A crew of conservative Republicans, still stewing over debt ceiling legislation negotiated by Speaker Kevin McCarthy and President Joe Biden, demonstrated their ire on Tuesday by blocking a Republican bill from a full House vote.
“We warned them not to cut that deal without coming down and sitting down to talk to us,” Representative Chip Roy told reporters after the vote. “So this is all about restoring a process that will fundamentally change things back to what was working.”
Twelve Republicans voted against the rule that would have established the terms of the floor debate for a bill to prevent gas stoves from being banned, joining all Democrats in voting against it. The House cannot consider a bill without first adopting a rule, which establishes the terms of the floor debate, including how long it will transpire and whether and how the bill being considered can be amended. House rules are generally party-line votes (the rule for the debt ceiling bill was a rare exception), meaning that with such a narrow GOP majority, a few recalcitrant Republicans could gum up the works. The last rule vote that failed occurred in 2002. (The good news for gas stoves’ would-be defenders is that leadership may bring up a motion to reconsider the rule to allow floor debate and a vote on the bill.)

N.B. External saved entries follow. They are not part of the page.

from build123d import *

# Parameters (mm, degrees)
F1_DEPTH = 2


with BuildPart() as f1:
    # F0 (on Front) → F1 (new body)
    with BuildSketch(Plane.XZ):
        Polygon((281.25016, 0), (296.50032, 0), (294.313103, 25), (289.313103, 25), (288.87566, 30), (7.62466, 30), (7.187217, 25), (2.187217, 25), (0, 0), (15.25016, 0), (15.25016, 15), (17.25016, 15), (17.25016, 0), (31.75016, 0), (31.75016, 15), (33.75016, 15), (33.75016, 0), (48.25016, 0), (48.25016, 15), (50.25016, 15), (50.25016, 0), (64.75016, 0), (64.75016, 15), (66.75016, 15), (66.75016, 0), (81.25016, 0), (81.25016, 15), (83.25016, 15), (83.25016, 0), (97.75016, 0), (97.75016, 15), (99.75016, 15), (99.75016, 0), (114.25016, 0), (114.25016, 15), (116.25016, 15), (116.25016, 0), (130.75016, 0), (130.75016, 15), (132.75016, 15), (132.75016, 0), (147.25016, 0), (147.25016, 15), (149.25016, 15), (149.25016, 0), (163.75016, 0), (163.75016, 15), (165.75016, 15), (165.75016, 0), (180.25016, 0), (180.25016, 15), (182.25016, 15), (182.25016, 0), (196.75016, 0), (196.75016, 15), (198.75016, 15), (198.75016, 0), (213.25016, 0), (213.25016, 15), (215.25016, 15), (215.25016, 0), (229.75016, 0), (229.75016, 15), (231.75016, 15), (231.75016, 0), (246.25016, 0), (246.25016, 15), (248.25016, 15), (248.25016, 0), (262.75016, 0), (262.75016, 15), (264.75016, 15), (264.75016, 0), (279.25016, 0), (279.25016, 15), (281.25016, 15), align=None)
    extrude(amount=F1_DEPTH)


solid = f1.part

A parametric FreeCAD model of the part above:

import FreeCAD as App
import Part
import Sketcher

V = App.Vector
Q = App.Units.Quantity


def add_polygon(sketch, points):
    """Adds a closed chain of lines whose ends are joined by coincident constraints."""
    first, n = sketch.GeometryCount, len(points)
    for a, b in zip(points, points[1:] + points[:1]):
        sketch.addGeometry(Part.LineSegment(App.Vector(*a, 0), App.Vector(*b, 0)), False)
    for i in range(n):
        sketch.addConstraint(Sketcher.Constraint("Coincident", first + i, 2, first + (i + 1) % n, 1))

doc = App.newDocument("Part")
body = doc.addObject("PartDesign::Body", "Body")

# Sketch on XZ plane
sketch1 = body.newObject("Sketcher::SketchObject", "Sketch")
sketch1.AttachmentSupport = (doc.getObject("XZ_Plane"), [""])
sketch1.MapMode = "FlatFace"
add_polygon(sketch1, [(281.3, 0), (296.5, 0), (294.3, 25), (289.3, 25), (288.9, 30), (7.6, 30), (7.2, 25), (2.2, 25), (0, 0), (15.3, 0), (15.3, 15), (17.3, 15), (17.3, 0), (31.8, 0), (31.8, 15), (33.8, 15), (33.8, 0), (48.3, 0), (48.3, 15), (50.3, 15), (50.3, 0), (64.8, 0), (64.8, 15), (66.8, 15), (66.8, 0), (81.3, 0), (81.3, 15), (83.3, 15), (83.3, 0), (97.8, 0), (97.8, 15), (99.8, 15), (99.8, 0), (114.3, 0), (114.3, 15), (116.3, 15), (116.3, 0), (130.8, 0), (130.8, 15), (132.8, 15), (132.8, 0), (147.3, 0), (147.3, 15), (149.3, 15), (149.3, 0), (163.8, 0), (163.8, 15), (165.8, 15), (165.8, 0), (180.3, 0), (180.3, 15), (182.3, 15), (182.3, 0), (196.8, 0), (196.8, 15), (198.8, 15), (198.8, 0), (213.3, 0), (213.3, 15), (215.3, 15), (215.3, 0), (229.8, 0), (229.8, 15), (231.8, 15), (231.8, 0), (246.3, 0), (246.3, 15), (248.3, 15), (248.3, 0), (262.8, 0), (262.8, 15), (264.8, 15), (264.8, 0), (279.3, 0), (279.3, 15), (281.3, 15)])  # lines 0-75
sketch1.addConstraint([
    Sketcher.Constraint("Horizontal", 0),
    Sketcher.Constraint("Horizontal", 2),
    Sketcher.Constraint("Horizontal", 4),
    Sketcher.Constraint("Horizontal", 6),
    Sketcher.Constraint("Horizontal", 8),
    Sketcher.Constraint("Vertical", 9),
    Sketcher.Constraint("Horizontal", 10),
    Sketcher.Constraint("Vertical", 11),
    Sketcher.Constraint("Horizontal", 12),
    Sketcher.Constraint("Vertical", 13),
    Sketcher.Constraint("Horizontal", 14),
    Sketcher.Constraint("Vertical", 15),
    Sketcher.Constraint("Horizontal", 16),
    Sketcher.Constraint("Vertical", 17),
    Sketcher.Constraint("Horizontal", 18),
    Sketcher.Constraint("Vertical", 19),
    Sketcher.Constraint("Horizontal", 20),
    Sketcher.Constraint("Vertical", 21),
    Sketcher.Constraint("Horizontal", 22),
    Sketcher.Constraint("Vertical", 23),
    Sketcher.Constraint("Horizontal", 24),
    Sketcher.Constraint("Vertical", 25),
    Sketcher.Constraint("Horizontal", 26),
    Sketcher.Constraint("Vertical", 27),
    Sketcher.Constraint("Horizontal", 28),
    Sketcher.Constraint("Vertical", 29),
    Sketcher.Constraint("Horizontal", 30),
    Sketcher.Constraint("Vertical", 31),
    Sketcher.Constraint("Horizontal", 32),
    Sketcher.Constraint("Vertical", 33),
    Sketcher.Constraint("Horizontal", 34),
    Sketcher.Constraint("Vertical", 35),
    Sketcher.Constraint("Horizontal", 36),
    Sketcher.Constraint("Vertical", 37),
    Sketcher.Constraint("Horizontal", 38),
    Sketcher.Constraint("Vertical", 39),
    Sketcher.Constraint("Horizontal", 40),
    Sketcher.Constraint("Vertical", 41),
    Sketcher.Constraint("Horizontal", 42),
    Sketcher.Constraint("Vertical", 43),
    Sketcher.Constraint("Horizontal", 44),
    Sketcher.Constraint("Vertical", 45),
    Sketcher.Constraint("Horizontal", 46),
    Sketcher.Constraint("Vertical", 47),
    Sketcher.Constraint("Horizontal", 48),
    Sketcher.Constraint("Vertical", 49),
    Sketcher.Constraint("Horizontal", 50),
    Sketcher.Constraint("Vertical", 51),
    Sketcher.Constraint("Horizontal", 52),
    Sketcher.Constraint("Vertical", 53),
    Sketcher.Constraint("Horizontal", 54),
    Sketcher.Constraint("Vertical", 55),
    Sketcher.Constraint("Horizontal", 56),
    Sketcher.Constraint("Vertical", 57),
    Sketcher.Constraint("Horizontal", 58),
    Sketcher.Constraint("Vertical", 59),
    Sketcher.Constraint("Horizontal", 60),
    Sketcher.Constraint("Vertical", 61),
    Sketcher.Constraint("Horizontal", 62),
    Sketcher.Constraint("Vertical", 63),
    Sketcher.Constraint("Horizontal", 64),
    Sketcher.Constraint("Vertical", 65),
    Sketcher.Constraint("Horizontal", 66),
    Sketcher.Constraint("Vertical", 67),
    Sketcher.Constraint("Horizontal", 68),
    Sketcher.Constraint("Vertical", 69),
    Sketcher.Constraint("Horizontal", 70),
    Sketcher.Constraint("Vertical", 71),
    Sketcher.Constraint("Horizontal", 72),
    Sketcher.Constraint("Vertical", 73),
    Sketcher.Constraint("Horizontal", 74),
    Sketcher.Constraint("Vertical", 75),
    Sketcher.Constraint("Coincident", 7, 2, -1, 1),
    Sketcher.Constraint("PointOnObject", 0, 2, -1),
    Sketcher.Constraint("PointOnObject", 11, 2, -1),
    Sketcher.Constraint("PointOnObject", 15, 2, -1),
    Sketcher.Constraint("PointOnObject", 19, 2, -1),
    Sketcher.Constraint("PointOnObject", 23, 2, -1),
    Sketcher.Constraint("PointOnObject", 27, 2, -1),
    Sketcher.Constraint("PointOnObject", 31, 2, -1),
    Sketcher.Constraint("PointOnObject", 35, 2, -1),
    Sketcher.Constraint("PointOnObject", 39, 2, -1),
    Sketcher.Constraint("PointOnObject", 43, 2, -1),
    Sketcher.Constraint("PointOnObject", 47, 2, -1),
    Sketcher.Constraint("PointOnObject", 51, 2, -1),
    Sketcher.Constraint("PointOnObject", 55, 2, -1),
    Sketcher.Constraint("PointOnObject", 59, 2, -1),
    Sketcher.Constraint("PointOnObject", 63, 2, -1),
    Sketcher.Constraint("PointOnObject", 67, 2, -1),
    Sketcher.Constraint("PointOnObject", 71, 2, -1),
    Sketcher.Constraint("Parallel", 1, 3),
    Sketcher.Constraint("Parallel", 5, 7),
    Sketcher.Constraint("Horizontal", 2, 2, 5, 2),
    Sketcher.Constraint("Horizontal", 10, 2, 13, 2),
    Sketcher.Constraint("Horizontal", 14, 2, 17, 2),
    Sketcher.Constraint("Horizontal", 18, 2, 21, 2),
    Sketcher.Constraint("Horizontal", 22, 2, 25, 2),
    Sketcher.Constraint("Horizontal", 26, 2, 29, 2),
    Sketcher.Constraint("Horizontal", 30, 2, 33, 2),
    Sketcher.Constraint("Horizontal", 34, 2, 37, 2),
    Sketcher.Constraint("Horizontal", 38, 2, 41, 2),
    Sketcher.Constraint("Horizontal", 42, 2, 45, 2),
    Sketcher.Constraint("Horizontal", 46, 2, 49, 2),
    Sketcher.Constraint("Horizontal", 50, 2, 53, 2),
    Sketcher.Constraint("Horizontal", 54, 2, 57, 2),
    Sketcher.Constraint("Horizontal", 58, 2, 61, 2),
    Sketcher.Constraint("Horizontal", 62, 2, 65, 2),
    Sketcher.Constraint("Horizontal", 66, 2, 69, 2),
    Sketcher.Constraint("Horizontal", 70, 2, 73, 2),
    Sketcher.Constraint("Equal", 2, 6),
    Sketcher.Constraint("Equal", 0, 8),
    Sketcher.Constraint("Equal", 10, 14),
    Sketcher.Constraint("Equal", 12, 16),
    Sketcher.Constraint("Equal", 14, 18),
    Sketcher.Constraint("Equal", 16, 20),
    Sketcher.Constraint("Equal", 18, 22),
    Sketcher.Constraint("Equal", 20, 24),
    Sketcher.Constraint("Equal", 22, 26),
    Sketcher.Constraint("Equal", 24, 28),
    Sketcher.Constraint("Equal", 26, 30),
    Sketcher.Constraint("Equal", 28, 32),
    Sketcher.Constraint("Equal", 30, 34),
    Sketcher.Constraint("Equal", 32, 36),
    Sketcher.Constraint("Equal", 34, 38),
    Sketcher.Constraint("Equal", 36, 40),
    Sketcher.Constraint("Equal", 38, 42),
    Sketcher.Constraint("Equal", 40, 44),
    Sketcher.Constraint("Equal", 42, 46),
    Sketcher.Constraint("Equal", 44, 48),
    Sketcher.Constraint("Equal", 46, 50),
    Sketcher.Constraint("Equal", 48, 52),
    Sketcher.Constraint("Equal", 50, 54),
    Sketcher.Constraint("Equal", 52, 56),
    Sketcher.Constraint("Equal", 54, 58),
    Sketcher.Constraint("Equal", 56, 60),
    Sketcher.Constraint("Equal", 58, 62),
    Sketcher.Constraint("Equal", 60, 64),
    Sketcher.Constraint("Equal", 62, 66),
    Sketcher.Constraint("Equal", 64, 68),
    Sketcher.Constraint("Equal", 66, 70),
    Sketcher.Constraint("Equal", 68, 72),
    Sketcher.Constraint("Equal", 70, 74),
    Sketcher.Constraint("Equal", 3, 5),
    Sketcher.Constraint("DistanceX", 2, 2, 2, 1, 5.0),
    Sketcher.Constraint("DistanceX", 10, 1, 10, 2, 2.0),
    Sketcher.Constraint("DistanceY", 9, 1, 9, 2, 15.0),
    Sketcher.Constraint("Angle", 1, Q("95.000001 deg")),
    Sketcher.Constraint("DistanceX", 12, 1, 12, 2, 14.5),
    Sketcher.Constraint("DistanceY", -1, 1, 1, 2, 25.0),
    Sketcher.Constraint("DistanceY", -1, 1, 3, 2, 30.0),
    Sketcher.Constraint("DistanceX", 4, 2, 4, 1, 281.251),
])
pad1 = body.newObject("PartDesign::Pad", "Pad")
pad1.Profile = sketch1
pad1.Length = 2

doc.recompute()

The conservative dissenters griped that Republican leadership backtracked on bringing up an unrelated bill by Representative Andrew Clyde, a Freedom Caucus member, which would repeal an administration regulation on pistol braces. (Clyde himself did not vote against the rule, and told Politico that he believed his bill would come to the floor next week.) But while their frustration over the apparent snub to Clyde may have been the precipitating factor, the conservative anger with McCarthy and Republican leadership traces to their debt limit deal opposition.
“We’re concerned that the fundamental commitments that allowed Kevin McCarthy to assume the speakership have been violated as a consequence of the debt limit deal,” Representative Matt Gaetz, who voted against the rule, told reporters.
Conservatives insist that McCarthy violated promises he made when courting them to become speaker in January, when he underwent 15 grueling votes to earn the position. “I need him to abide by the promises he made when he was first elected speaker,” Representative Ken Buck said. Buck said that while McCarthy had promised to cut government spending to fiscal year 2022 numbers, the debt ceiling agreement capped it to fiscal year 2023 numbers. Although that bill has been signed into law, Buck insisted that spending cuts should be addressed in upcoming appropriations legislation.
It was initially unclear whether conservatives will block future rules. Representative Dan Bishop said that he didn’t see any “particular pattern” going forward. “There’s no decision about rules [yet], but the problem that has been precipitated entirely by the speaker’s approach to the debt ceiling package is going to have to be dealt with,” Bishop said.
The debt ceiling deal’s success last week, including conservatives backing down from a threat to try to topple McCarthy, appeared to indicate that the speaker had a firm grip on his conference. The rule failure, however, demonstrates that there are still ways for hard-liners to make trouble for McCarthy. He may not lose his position, but his inability to control the fate of a slam-dunk GOP messaging bill is a loss in itself.